Your goal: Every line below between the line holding "f 322 385 386" and the line holding "f 360 361 298", inclusive, should be repeated exactly, and all other lines omitted.

*** Opening Records shown ***

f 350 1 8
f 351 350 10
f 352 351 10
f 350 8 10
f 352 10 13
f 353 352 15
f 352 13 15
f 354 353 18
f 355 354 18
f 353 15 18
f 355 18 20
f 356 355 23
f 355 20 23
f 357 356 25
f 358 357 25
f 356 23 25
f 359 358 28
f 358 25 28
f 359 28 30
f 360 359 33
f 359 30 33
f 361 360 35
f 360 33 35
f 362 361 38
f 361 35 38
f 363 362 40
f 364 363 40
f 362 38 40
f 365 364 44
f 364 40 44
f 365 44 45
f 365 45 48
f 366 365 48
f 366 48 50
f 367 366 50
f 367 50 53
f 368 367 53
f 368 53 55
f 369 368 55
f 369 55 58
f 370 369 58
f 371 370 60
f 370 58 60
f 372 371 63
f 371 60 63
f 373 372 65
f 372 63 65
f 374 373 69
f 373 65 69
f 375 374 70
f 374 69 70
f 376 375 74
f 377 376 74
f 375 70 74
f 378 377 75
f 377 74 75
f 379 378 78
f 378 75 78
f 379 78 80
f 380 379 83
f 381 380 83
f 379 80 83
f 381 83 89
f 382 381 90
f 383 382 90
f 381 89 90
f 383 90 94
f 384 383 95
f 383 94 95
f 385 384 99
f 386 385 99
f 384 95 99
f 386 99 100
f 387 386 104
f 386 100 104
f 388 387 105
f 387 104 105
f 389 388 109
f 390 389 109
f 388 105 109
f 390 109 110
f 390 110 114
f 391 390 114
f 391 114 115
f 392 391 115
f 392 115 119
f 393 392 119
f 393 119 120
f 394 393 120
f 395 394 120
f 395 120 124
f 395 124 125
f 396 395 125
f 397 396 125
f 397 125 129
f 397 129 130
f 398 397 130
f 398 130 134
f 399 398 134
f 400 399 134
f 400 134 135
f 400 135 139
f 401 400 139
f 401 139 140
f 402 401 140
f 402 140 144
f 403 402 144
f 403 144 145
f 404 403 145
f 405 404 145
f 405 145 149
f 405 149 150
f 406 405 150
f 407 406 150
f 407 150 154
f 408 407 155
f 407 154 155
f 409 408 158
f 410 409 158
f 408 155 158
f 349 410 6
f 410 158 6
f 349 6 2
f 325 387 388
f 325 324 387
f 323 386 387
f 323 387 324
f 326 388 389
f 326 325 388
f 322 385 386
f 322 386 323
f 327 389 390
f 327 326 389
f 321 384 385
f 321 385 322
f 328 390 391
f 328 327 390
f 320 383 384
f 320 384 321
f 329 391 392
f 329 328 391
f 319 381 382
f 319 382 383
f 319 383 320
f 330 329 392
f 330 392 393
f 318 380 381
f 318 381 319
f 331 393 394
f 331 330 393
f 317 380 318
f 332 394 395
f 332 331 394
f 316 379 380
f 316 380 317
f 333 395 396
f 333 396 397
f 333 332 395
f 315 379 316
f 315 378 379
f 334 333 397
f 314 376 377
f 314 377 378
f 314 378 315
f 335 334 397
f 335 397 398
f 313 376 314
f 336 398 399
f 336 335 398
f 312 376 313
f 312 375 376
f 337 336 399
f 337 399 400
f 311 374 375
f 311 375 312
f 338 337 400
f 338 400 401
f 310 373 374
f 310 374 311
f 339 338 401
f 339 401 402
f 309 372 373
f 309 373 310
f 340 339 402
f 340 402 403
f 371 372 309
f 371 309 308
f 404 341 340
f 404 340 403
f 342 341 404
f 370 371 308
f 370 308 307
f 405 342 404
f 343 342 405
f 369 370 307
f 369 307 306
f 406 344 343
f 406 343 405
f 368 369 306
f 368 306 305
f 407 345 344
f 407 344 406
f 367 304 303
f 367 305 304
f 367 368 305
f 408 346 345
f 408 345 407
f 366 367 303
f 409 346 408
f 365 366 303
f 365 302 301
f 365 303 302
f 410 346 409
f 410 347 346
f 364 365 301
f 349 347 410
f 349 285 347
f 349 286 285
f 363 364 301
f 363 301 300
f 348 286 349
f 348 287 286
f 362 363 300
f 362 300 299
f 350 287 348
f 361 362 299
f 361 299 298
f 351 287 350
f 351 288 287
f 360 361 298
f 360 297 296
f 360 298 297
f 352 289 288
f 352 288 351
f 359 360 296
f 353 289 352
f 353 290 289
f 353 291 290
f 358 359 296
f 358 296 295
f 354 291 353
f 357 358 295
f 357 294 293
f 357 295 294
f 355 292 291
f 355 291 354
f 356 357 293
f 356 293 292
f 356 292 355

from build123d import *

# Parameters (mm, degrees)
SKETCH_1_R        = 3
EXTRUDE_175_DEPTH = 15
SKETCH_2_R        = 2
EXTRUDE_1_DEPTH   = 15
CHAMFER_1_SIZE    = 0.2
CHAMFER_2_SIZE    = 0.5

*** Closing Records shown ***
*** Opening Records shown ***

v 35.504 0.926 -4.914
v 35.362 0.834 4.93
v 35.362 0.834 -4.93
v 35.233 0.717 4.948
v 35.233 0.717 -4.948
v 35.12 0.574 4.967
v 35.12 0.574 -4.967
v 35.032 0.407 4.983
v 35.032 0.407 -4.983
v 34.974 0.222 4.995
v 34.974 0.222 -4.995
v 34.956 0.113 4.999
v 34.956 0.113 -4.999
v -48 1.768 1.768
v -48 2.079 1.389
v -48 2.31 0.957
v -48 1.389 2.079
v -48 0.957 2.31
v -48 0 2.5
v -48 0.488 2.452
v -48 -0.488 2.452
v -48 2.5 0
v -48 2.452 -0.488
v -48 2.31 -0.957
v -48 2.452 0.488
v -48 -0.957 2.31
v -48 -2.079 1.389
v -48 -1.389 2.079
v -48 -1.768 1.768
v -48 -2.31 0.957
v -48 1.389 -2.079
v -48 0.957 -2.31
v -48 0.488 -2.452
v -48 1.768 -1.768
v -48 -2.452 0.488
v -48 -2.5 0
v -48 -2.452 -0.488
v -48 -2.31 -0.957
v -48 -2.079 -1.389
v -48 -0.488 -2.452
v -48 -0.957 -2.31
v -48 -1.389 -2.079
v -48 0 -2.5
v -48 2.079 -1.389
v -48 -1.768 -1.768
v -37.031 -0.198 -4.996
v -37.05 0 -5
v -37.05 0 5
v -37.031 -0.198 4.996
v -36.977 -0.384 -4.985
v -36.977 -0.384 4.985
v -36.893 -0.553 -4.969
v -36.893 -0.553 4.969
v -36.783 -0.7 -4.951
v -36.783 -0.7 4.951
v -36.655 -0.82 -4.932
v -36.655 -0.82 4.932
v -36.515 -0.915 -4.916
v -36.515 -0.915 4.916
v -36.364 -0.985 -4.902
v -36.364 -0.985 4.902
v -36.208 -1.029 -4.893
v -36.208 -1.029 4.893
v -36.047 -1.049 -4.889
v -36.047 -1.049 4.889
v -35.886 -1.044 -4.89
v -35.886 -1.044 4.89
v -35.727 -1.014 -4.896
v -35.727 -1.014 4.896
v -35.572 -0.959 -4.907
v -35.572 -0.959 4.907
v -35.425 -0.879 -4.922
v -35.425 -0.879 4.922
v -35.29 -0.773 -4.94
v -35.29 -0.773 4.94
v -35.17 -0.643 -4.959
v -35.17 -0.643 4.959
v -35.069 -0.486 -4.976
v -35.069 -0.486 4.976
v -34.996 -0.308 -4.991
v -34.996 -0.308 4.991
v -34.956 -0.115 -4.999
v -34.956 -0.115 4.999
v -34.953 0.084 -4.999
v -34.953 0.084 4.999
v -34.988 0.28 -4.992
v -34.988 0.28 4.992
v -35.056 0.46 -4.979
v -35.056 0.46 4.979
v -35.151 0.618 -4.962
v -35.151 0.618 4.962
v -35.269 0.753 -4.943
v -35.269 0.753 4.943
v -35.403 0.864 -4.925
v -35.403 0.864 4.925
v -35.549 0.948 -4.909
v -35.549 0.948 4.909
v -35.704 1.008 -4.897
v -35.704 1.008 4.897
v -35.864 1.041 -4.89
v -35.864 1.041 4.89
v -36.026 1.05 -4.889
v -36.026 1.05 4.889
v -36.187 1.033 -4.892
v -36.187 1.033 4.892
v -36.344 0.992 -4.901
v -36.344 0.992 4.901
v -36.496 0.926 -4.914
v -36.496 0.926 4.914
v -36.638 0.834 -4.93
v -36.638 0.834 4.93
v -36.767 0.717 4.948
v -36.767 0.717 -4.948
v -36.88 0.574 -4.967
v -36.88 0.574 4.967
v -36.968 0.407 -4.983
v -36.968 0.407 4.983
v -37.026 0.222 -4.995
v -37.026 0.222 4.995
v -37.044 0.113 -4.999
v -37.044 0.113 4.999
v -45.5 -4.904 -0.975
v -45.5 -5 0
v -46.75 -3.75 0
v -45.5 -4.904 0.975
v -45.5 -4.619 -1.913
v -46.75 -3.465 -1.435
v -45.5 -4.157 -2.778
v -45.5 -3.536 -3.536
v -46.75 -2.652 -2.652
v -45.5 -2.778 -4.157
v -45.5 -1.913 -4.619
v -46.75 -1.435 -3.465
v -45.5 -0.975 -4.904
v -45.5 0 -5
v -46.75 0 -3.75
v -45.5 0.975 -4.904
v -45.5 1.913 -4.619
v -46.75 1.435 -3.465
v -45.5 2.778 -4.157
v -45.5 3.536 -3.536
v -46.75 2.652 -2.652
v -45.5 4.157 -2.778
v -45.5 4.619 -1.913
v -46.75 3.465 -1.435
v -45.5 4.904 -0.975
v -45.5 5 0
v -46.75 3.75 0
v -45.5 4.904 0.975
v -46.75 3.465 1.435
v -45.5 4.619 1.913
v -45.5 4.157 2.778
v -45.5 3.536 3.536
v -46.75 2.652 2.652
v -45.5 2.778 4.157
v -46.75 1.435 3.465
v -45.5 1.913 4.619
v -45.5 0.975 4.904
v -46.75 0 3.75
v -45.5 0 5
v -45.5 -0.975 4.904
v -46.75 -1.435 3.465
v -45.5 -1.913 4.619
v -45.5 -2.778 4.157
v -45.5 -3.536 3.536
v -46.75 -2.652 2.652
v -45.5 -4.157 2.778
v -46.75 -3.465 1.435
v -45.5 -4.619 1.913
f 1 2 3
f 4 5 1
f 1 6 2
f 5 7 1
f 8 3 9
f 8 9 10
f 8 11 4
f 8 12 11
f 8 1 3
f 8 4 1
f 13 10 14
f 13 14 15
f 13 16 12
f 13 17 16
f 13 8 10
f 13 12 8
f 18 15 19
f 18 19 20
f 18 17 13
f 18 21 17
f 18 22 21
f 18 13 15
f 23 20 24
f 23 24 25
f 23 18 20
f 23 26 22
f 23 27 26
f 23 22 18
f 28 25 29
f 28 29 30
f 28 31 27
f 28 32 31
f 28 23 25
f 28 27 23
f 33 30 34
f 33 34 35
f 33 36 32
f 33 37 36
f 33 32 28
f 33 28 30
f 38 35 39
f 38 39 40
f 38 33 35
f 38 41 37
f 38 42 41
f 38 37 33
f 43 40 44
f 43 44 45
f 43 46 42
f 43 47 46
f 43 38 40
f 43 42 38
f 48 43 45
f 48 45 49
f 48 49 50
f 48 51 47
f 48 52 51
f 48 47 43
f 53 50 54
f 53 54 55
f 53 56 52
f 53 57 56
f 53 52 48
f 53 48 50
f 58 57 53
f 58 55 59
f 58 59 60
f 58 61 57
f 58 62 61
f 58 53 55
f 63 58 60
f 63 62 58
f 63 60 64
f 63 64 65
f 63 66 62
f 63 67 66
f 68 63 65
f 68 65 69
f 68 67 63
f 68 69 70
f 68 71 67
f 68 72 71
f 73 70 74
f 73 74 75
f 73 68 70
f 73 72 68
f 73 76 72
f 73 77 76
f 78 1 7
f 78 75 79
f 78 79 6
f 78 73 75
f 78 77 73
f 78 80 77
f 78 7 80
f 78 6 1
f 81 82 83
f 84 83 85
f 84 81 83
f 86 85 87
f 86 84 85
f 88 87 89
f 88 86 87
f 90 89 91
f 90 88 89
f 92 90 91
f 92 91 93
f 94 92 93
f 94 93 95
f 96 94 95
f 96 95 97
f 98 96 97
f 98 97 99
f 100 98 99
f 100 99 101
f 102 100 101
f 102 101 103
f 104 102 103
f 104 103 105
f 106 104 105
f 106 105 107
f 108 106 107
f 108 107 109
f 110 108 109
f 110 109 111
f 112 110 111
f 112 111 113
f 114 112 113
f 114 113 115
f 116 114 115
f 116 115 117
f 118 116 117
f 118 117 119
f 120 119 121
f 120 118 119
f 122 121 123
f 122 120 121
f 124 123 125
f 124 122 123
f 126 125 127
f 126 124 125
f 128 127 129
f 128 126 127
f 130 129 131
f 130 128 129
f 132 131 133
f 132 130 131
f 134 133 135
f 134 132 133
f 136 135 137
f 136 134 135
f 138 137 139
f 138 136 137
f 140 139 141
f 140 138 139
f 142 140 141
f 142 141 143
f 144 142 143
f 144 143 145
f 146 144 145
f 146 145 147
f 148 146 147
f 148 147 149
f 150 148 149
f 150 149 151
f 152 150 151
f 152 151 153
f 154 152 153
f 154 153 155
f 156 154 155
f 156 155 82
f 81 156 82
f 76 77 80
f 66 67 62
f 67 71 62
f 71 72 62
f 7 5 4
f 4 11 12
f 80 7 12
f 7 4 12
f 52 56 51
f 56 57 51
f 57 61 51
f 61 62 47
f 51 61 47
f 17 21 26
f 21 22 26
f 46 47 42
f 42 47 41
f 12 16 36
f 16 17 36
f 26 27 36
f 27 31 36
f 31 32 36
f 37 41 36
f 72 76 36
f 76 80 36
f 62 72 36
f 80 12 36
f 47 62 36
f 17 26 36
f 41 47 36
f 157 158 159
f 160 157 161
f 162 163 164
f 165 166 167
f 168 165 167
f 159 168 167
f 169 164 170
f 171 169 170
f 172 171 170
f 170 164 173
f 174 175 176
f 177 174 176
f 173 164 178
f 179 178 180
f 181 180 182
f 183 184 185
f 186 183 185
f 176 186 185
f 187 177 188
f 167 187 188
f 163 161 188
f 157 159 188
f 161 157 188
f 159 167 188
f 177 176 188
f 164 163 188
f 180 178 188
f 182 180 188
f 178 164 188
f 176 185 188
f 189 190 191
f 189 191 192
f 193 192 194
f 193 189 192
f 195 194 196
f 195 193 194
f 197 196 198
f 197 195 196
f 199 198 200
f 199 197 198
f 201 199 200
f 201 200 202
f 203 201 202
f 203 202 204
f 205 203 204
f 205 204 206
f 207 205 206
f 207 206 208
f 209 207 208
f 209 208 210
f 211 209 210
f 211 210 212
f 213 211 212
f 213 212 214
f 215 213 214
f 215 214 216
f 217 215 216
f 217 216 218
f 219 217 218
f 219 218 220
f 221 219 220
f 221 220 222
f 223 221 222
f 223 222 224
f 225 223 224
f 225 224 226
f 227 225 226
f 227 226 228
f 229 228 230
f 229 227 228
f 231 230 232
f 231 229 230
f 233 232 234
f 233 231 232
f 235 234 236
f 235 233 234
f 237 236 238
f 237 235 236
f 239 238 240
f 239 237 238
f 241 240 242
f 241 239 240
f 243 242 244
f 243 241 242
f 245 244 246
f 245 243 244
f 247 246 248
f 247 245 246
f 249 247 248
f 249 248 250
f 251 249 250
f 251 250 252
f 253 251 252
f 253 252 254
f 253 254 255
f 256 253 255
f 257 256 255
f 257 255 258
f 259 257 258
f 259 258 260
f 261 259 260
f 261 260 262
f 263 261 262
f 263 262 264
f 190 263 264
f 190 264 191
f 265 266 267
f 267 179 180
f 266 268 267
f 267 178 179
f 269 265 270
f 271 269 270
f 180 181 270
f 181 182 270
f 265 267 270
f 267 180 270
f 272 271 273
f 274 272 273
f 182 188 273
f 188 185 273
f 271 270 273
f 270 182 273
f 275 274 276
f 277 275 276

*** Closing Records shown ***

Response to this exercise:
f 322 385 386
f 322 386 323
f 327 389 390
f 327 326 389
f 321 384 385
f 321 385 322
f 328 390 391
f 328 327 390
f 320 383 384
f 320 384 321
f 329 391 392
f 329 328 391
f 319 381 382
f 319 382 383
f 319 383 320
f 330 329 392
f 330 392 393
f 318 380 381
f 318 381 319
f 331 393 394
f 331 330 393
f 317 380 318
f 332 394 395
f 332 331 394
f 316 379 380
f 316 380 317
f 333 395 396
f 333 396 397
f 333 332 395
f 315 379 316
f 315 378 379
f 334 333 397
f 314 376 377
f 314 377 378
f 314 378 315
f 335 334 397
f 335 397 398
f 313 376 314
f 336 398 399
f 336 335 398
f 312 376 313
f 312 375 376
f 337 336 399
f 337 399 400
f 311 374 375
f 311 375 312
f 338 337 400
f 338 400 401
f 310 373 374
f 310 374 311
f 339 338 401
f 339 401 402
f 309 372 373
f 309 373 310
f 340 339 402
f 340 402 403
f 371 372 309
f 371 309 308
f 404 341 340
f 404 340 403
f 342 341 404
f 370 371 308
f 370 308 307
f 405 342 404
f 343 342 405
f 369 370 307
f 369 307 306
f 406 344 343
f 406 343 405
f 368 369 306
f 368 306 305
f 407 345 344
f 407 344 406
f 367 304 303
f 367 305 304
f 367 368 305
f 408 346 345
f 408 345 407
f 366 367 303
f 409 346 408
f 365 366 303
f 365 302 301
f 365 303 302
f 410 346 409
f 410 347 346
f 364 365 301
f 349 347 410
f 349 285 347
f 349 286 285
f 363 364 301
f 363 301 300
f 348 286 349
f 348 287 286
f 362 363 300
f 362 300 299
f 350 287 348
f 361 362 299
f 361 299 298
f 351 287 350
f 351 288 287
f 360 361 298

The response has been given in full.